:: DATA SUPPLIED
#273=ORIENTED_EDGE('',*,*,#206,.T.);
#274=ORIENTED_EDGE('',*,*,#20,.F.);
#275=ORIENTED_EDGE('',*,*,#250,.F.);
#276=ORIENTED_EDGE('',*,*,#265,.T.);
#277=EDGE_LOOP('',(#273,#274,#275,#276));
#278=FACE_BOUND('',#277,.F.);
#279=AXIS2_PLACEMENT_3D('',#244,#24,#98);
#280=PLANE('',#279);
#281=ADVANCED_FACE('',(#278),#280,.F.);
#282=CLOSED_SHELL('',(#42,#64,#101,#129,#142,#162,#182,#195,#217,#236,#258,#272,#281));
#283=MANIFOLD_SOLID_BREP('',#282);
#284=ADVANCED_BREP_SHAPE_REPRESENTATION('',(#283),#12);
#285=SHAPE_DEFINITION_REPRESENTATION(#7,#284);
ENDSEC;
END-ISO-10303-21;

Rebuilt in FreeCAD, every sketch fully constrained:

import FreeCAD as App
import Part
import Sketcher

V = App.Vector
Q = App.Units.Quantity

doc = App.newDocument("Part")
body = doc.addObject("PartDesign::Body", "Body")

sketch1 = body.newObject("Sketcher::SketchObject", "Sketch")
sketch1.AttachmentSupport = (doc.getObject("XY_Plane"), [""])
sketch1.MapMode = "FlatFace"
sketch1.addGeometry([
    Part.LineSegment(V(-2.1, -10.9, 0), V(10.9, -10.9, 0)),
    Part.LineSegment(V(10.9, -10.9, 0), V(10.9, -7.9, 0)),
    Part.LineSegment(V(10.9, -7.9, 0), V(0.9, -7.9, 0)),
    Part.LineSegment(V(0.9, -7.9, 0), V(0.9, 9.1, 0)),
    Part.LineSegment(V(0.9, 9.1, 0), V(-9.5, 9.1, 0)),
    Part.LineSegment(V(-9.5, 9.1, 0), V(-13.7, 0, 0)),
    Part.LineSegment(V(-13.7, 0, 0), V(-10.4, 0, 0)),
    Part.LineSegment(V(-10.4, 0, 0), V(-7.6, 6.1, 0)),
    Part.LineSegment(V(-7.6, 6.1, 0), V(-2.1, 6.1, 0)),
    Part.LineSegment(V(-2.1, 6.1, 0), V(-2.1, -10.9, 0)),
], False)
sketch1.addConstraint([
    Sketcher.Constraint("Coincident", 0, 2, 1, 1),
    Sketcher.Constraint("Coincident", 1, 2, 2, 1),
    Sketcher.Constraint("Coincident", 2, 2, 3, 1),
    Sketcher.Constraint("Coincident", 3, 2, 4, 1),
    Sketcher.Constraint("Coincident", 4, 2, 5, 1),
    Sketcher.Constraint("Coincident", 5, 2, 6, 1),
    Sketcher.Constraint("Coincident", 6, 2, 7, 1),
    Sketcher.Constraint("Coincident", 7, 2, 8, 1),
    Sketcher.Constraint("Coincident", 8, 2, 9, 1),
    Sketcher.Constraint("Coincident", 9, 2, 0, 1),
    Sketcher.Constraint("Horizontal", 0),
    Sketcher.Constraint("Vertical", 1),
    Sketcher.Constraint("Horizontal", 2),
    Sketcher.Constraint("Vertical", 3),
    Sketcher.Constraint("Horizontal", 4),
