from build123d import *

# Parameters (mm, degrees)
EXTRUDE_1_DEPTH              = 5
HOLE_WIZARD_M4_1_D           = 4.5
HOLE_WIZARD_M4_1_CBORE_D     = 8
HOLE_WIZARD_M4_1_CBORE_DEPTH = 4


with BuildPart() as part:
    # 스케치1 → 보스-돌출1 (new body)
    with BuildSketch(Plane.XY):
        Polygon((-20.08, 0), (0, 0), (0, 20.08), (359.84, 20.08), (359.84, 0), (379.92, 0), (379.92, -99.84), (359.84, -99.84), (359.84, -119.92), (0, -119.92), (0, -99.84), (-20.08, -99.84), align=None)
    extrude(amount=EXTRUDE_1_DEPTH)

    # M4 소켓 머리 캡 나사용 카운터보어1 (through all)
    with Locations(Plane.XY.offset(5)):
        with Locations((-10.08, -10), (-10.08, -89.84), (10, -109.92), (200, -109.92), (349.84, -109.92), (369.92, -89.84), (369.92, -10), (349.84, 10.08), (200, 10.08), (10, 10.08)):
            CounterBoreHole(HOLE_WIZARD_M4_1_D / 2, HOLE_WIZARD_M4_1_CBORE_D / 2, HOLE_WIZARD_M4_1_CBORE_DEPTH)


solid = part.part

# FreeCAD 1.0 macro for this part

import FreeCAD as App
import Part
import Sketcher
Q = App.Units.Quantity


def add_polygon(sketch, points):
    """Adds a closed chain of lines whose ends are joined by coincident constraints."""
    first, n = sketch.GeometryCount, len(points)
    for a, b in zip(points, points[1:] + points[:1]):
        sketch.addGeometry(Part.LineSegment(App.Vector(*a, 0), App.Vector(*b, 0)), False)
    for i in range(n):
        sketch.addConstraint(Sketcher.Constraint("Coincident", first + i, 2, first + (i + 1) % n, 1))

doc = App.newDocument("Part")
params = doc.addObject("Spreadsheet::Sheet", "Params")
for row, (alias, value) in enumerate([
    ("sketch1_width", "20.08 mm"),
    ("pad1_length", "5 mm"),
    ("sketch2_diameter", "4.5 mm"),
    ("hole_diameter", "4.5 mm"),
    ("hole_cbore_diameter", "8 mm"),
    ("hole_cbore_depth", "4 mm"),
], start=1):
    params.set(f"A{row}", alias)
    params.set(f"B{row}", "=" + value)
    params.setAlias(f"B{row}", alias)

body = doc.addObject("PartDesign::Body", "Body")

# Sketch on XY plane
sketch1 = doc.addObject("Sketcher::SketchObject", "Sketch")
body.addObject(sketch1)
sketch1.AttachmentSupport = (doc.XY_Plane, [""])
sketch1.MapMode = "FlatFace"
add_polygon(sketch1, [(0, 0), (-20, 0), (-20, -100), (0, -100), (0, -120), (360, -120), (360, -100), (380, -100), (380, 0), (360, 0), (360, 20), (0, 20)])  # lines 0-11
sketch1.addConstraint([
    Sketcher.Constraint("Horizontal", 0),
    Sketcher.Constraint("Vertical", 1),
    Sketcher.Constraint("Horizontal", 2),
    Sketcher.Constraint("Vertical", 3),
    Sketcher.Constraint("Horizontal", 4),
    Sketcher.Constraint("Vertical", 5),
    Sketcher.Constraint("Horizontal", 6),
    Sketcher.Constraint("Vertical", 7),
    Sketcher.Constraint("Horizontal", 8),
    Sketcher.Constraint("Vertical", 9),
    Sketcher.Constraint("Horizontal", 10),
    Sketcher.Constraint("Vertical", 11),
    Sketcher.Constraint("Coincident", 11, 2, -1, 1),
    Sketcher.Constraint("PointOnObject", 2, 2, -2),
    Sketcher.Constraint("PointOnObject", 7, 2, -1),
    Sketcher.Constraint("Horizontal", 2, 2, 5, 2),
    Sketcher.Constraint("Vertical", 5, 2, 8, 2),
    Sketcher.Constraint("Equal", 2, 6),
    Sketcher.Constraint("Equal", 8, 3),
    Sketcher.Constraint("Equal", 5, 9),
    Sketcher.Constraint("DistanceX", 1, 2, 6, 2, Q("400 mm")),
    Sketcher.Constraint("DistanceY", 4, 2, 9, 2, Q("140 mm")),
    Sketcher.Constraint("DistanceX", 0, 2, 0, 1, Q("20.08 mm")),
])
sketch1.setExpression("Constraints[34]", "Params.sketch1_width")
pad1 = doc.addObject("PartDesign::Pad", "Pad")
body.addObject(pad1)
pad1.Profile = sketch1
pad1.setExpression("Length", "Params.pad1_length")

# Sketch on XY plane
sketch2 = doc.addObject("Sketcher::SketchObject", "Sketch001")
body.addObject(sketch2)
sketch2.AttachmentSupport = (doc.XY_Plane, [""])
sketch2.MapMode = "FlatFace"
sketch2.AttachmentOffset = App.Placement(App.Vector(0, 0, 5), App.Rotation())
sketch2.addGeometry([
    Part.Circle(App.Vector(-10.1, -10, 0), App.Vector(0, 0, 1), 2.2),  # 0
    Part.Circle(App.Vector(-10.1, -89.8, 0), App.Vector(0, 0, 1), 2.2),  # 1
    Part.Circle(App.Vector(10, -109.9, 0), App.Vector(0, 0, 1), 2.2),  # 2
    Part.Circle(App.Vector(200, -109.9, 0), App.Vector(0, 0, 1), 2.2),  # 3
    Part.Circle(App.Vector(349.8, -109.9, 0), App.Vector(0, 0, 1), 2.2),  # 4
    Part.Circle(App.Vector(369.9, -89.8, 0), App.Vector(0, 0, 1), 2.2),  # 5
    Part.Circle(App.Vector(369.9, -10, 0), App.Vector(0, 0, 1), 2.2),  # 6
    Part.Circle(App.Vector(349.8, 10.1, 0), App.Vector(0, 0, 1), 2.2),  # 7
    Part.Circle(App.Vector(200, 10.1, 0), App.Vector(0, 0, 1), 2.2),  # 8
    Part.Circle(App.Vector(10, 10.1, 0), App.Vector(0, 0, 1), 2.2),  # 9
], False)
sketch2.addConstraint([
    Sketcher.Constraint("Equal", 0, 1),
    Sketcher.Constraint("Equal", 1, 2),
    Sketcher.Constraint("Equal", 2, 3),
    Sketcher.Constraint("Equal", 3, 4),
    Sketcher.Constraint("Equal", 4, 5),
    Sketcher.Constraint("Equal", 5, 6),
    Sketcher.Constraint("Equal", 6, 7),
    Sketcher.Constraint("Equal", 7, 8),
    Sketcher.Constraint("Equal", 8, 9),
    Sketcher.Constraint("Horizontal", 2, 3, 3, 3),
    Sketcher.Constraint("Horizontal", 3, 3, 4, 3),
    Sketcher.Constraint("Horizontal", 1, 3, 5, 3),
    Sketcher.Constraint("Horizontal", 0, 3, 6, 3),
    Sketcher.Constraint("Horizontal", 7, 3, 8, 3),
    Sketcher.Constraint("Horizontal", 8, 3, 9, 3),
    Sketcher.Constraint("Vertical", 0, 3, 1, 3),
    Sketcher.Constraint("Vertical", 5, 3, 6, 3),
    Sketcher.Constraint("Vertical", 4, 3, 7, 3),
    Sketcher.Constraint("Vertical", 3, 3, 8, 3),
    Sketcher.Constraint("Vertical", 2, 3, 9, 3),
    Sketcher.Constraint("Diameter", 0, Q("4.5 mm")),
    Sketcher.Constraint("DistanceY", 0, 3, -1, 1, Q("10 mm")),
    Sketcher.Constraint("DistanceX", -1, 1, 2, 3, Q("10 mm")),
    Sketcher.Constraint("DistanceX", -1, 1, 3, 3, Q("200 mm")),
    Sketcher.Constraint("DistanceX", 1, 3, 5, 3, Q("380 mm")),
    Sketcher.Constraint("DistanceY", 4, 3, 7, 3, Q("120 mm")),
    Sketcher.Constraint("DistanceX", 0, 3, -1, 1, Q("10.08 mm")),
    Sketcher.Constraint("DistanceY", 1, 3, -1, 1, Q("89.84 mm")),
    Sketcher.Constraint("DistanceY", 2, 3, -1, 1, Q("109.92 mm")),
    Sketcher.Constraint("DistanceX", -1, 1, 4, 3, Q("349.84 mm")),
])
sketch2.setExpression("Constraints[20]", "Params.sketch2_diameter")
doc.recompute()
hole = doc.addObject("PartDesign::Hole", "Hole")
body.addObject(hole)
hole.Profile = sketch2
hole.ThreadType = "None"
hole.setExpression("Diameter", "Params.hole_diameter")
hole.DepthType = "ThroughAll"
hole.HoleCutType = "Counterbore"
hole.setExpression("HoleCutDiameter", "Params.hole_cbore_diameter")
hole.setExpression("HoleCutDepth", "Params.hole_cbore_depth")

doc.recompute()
::::
:: DATA SUPPLIED
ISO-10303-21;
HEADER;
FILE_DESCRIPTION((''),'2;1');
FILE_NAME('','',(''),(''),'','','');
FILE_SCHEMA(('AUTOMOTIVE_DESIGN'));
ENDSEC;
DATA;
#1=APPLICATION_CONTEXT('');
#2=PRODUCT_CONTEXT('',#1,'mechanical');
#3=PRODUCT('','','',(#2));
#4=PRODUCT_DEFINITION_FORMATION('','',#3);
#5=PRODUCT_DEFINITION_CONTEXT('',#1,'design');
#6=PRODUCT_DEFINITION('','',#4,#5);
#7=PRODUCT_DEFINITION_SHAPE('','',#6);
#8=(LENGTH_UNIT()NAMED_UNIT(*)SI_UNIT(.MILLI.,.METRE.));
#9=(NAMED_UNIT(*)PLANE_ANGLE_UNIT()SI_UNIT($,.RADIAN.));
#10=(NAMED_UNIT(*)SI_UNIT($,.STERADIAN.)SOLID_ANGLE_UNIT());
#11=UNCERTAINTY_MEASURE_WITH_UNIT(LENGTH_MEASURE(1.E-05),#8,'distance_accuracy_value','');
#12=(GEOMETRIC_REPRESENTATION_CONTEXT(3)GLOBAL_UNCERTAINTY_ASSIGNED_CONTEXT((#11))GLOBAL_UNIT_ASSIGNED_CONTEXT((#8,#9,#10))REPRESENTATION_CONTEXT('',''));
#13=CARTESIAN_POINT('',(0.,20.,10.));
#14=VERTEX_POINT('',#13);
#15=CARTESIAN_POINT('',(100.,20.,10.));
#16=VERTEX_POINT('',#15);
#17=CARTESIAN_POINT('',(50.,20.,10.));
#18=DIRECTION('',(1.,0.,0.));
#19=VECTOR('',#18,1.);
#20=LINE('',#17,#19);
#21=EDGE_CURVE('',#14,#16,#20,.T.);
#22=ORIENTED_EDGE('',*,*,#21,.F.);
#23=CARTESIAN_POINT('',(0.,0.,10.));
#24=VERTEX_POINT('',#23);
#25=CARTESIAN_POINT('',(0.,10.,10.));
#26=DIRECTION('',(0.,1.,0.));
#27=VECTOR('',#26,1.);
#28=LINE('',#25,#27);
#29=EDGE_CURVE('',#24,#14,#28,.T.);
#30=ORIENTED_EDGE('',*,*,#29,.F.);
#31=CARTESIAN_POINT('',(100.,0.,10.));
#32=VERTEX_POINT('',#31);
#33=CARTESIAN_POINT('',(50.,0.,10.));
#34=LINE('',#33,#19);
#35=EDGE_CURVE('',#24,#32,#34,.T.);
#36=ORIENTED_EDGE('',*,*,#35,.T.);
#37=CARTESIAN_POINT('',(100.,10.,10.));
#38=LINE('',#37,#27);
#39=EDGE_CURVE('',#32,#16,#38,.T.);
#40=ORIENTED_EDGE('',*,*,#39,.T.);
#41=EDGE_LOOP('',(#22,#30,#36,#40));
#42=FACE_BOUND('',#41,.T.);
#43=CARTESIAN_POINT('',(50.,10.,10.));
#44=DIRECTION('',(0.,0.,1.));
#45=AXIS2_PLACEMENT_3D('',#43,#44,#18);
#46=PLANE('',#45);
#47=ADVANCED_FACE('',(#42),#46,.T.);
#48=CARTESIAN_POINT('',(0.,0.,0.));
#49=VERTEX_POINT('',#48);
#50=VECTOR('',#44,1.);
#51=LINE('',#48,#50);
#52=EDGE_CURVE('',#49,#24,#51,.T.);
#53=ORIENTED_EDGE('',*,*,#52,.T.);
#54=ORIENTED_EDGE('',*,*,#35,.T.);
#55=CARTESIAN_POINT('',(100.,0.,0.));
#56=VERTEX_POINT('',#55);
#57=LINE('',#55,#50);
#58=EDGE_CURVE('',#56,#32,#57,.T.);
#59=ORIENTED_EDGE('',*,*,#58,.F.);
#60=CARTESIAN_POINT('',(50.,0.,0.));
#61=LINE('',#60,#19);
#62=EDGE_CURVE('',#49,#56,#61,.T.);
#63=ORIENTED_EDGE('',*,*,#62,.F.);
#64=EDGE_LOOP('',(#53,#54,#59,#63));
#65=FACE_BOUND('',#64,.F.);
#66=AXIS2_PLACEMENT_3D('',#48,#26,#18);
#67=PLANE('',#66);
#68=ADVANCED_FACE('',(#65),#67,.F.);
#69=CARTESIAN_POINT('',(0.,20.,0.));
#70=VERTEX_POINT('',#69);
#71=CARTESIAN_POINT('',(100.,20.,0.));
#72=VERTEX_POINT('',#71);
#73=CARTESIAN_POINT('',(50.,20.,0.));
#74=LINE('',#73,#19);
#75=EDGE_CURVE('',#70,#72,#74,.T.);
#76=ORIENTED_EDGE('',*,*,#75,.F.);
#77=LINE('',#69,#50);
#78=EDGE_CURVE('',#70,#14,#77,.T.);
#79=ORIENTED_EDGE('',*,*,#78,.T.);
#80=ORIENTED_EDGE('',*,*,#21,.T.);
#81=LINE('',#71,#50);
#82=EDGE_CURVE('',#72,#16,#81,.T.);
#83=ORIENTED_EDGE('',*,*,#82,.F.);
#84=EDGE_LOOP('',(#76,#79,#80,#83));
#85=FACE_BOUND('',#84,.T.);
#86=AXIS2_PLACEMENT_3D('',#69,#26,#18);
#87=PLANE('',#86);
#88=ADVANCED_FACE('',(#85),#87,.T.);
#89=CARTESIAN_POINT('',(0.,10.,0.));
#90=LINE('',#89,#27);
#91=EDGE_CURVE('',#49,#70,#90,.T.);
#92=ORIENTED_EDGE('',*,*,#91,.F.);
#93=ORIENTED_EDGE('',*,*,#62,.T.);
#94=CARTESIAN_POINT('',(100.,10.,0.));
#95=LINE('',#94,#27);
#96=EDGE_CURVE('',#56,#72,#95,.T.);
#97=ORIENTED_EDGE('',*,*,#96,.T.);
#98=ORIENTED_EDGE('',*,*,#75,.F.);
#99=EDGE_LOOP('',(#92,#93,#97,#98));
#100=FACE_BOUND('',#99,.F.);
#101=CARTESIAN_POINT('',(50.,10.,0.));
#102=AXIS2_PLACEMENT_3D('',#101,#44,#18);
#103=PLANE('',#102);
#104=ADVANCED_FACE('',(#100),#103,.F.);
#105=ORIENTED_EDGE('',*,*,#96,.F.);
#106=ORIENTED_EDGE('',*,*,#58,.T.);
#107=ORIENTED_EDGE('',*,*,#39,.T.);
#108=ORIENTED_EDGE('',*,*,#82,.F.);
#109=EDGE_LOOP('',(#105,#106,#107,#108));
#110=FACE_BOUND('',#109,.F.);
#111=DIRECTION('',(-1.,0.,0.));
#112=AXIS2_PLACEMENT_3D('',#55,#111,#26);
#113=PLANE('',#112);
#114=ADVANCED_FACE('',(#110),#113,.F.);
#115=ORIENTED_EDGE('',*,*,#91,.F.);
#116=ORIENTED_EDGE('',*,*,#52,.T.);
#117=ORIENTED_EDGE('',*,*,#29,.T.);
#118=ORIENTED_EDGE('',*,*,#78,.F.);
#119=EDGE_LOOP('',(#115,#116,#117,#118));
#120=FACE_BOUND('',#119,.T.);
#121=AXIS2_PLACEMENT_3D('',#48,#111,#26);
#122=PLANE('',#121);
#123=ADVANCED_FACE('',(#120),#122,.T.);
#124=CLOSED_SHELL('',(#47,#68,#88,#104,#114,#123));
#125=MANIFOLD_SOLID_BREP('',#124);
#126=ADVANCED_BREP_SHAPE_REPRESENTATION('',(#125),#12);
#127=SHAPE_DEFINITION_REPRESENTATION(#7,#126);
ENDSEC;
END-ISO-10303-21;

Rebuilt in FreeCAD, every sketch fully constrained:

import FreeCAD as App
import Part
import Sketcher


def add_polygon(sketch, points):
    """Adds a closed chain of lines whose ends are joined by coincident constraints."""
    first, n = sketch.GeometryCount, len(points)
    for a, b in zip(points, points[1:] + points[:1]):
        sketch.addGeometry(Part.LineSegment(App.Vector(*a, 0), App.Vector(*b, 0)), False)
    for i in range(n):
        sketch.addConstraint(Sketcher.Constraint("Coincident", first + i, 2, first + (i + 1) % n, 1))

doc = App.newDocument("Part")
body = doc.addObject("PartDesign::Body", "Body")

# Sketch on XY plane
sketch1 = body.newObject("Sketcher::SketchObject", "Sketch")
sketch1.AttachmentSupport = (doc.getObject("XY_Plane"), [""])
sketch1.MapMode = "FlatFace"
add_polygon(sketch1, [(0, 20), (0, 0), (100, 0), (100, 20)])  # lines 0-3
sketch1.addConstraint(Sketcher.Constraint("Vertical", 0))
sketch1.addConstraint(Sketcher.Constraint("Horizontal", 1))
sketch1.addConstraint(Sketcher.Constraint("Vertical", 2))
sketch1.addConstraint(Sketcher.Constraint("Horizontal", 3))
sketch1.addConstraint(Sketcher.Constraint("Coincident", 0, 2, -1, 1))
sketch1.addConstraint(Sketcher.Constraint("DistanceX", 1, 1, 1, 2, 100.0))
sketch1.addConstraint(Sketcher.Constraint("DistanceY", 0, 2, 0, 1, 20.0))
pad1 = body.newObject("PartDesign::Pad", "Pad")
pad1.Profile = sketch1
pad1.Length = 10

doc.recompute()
::::
_EXERCISE INSTRUCTIONS:_
Repeat the entries above verbatim, but only from the line that has "#81=LINE('',#71,#50);" down to the line that has "#110=FACE_BOUND('',#109,.F.);", inclusive.

_TASK SOLUTION:_
#81=LINE('',#71,#50);
#82=EDGE_CURVE('',#72,#16,#81,.T.);
#83=ORIENTED_EDGE('',*,*,#82,.F.);
#84=EDGE_LOOP('',(#76,#79,#80,#83));
#85=FACE_BOUND('',#84,.T.);
#86=AXIS2_PLACEMENT_3D('',#69,#26,#18);
#87=PLANE('',#86);
#88=ADVANCED_FACE('',(#85),#87,.T.);
#89=CARTESIAN_POINT('',(0.,10.,0.));
#90=LINE('',#89,#27);
#91=EDGE_CURVE('',#49,#70,#90,.T.);
#92=ORIENTED_EDGE('',*,*,#91,.F.);
#93=ORIENTED_EDGE('',*,*,#62,.T.);
#94=CARTESIAN_POINT('',(100.,10.,0.));
#95=LINE('',#94,#27);
#96=EDGE_CURVE('',#56,#72,#95,.T.);
#97=ORIENTED_EDGE('',*,*,#96,.T.);
#98=ORIENTED_EDGE('',*,*,#75,.F.);
#99=EDGE_LOOP('',(#92,#93,#97,#98));
#100=FACE_BOUND('',#99,.F.);
#101=CARTESIAN_POINT('',(50.,10.,0.));
#102=AXIS2_PLACEMENT_3D('',#101,#44,#18);
#103=PLANE('',#102);
#104=ADVANCED_FACE('',(#100),#103,.F.);
#105=ORIENTED_EDGE('',*,*,#96,.F.);
#106=ORIENTED_EDGE('',*,*,#58,.T.);
#107=ORIENTED_EDGE('',*,*,#39,.T.);
#108=ORIENTED_EDGE('',*,*,#82,.F.);
#109=EDGE_LOOP('',(#105,#106,#107,#108));
#110=FACE_BOUND('',#109,.F.);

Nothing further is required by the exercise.